- [DIRECTIONS]
Print out the entries, word for word.

- [DATA PROVIDED]
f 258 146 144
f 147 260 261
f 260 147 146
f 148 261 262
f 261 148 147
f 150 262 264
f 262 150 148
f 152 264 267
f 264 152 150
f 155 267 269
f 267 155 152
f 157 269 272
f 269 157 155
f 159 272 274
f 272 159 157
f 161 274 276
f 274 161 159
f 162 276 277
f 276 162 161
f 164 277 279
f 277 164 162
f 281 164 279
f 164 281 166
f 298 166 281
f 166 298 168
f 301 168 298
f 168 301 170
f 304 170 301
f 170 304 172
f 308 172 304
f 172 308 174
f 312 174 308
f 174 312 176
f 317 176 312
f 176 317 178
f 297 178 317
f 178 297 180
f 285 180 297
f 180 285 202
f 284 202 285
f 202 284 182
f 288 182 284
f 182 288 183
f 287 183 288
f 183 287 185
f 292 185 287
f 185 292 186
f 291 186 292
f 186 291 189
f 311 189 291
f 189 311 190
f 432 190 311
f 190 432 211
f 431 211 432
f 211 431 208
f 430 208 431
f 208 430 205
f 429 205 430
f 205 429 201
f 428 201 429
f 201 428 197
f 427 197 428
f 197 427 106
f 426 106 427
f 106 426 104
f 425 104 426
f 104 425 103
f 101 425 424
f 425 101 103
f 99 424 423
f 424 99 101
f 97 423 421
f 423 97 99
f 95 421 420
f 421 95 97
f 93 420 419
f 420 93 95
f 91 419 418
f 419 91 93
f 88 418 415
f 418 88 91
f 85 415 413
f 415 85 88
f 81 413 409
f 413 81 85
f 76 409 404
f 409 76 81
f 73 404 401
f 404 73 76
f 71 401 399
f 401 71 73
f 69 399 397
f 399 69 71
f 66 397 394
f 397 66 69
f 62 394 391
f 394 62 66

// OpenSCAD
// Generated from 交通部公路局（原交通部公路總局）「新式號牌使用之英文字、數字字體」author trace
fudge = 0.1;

- [ANSWER]
f 258 146 144
f 147 260 261
f 260 147 146
f 148 261 262
f 261 148 147
f 150 262 264
f 262 150 148
f 152 264 267
f 264 152 150
f 155 267 269
f 267 155 152
f 157 269 272
f 269 157 155
f 159 272 274
f 272 159 157
f 161 274 276
f 274 161 159
f 162 276 277
f 276 162 161
f 164 277 279
f 277 164 162
f 281 164 279
f 164 281 166
f 298 166 281
f 166 298 168
f 301 168 298
f 168 301 170
f 304 170 301
f 170 304 172
f 308 172 304
f 172 308 174
f 312 174 308
f 174 312 176
f 317 176 312
f 176 317 178
f 297 178 317
f 178 297 180
f 285 180 297
f 180 285 202
f 284 202 285
f 202 284 182
f 288 182 284
f 182 288 183
f 287 183 288
f 183 287 185
f 292 185 287
f 185 292 186
f 291 186 292
f 186 291 189
f 311 189 291
f 189 311 190
f 432 190 311
f 190 432 211
f 431 211 432
f 211 431 208
f 430 208 431
f 208 430 205
f 429 205 430
f 205 429 201
f 428 201 429
f 201 428 197
f 427 197 428
f 197 427 106
f 426 106 427
f 106 426 104
f 425 104 426
f 104 425 103
f 101 425 424
f 425 101 103
f 99 424 423
f 424 99 101
f 97 423 421
f 423 97 99
f 95 421 420
f 421 95 97
f 93 420 419
f 420 93 95
f 91 419 418
f 419 91 93
f 88 418 415
f 418 88 91
f 85 415 413
f 415 85 88
f 81 413 409
f 413 81 85
f 76 409 404
f 409 76 81
f 73 404 401
f 404 73 76
f 71 401 399
f 401 71 73
f 69 399 397
f 399 69 71
f 66 397 394
f 397 66 69
f 62 394 391
f 394 62 66

// OpenSCAD
// Generated from 交通部公路局（原交通部公路總局）「新式號牌使用之英文字、數字字體」author trace
fudge = 0.1;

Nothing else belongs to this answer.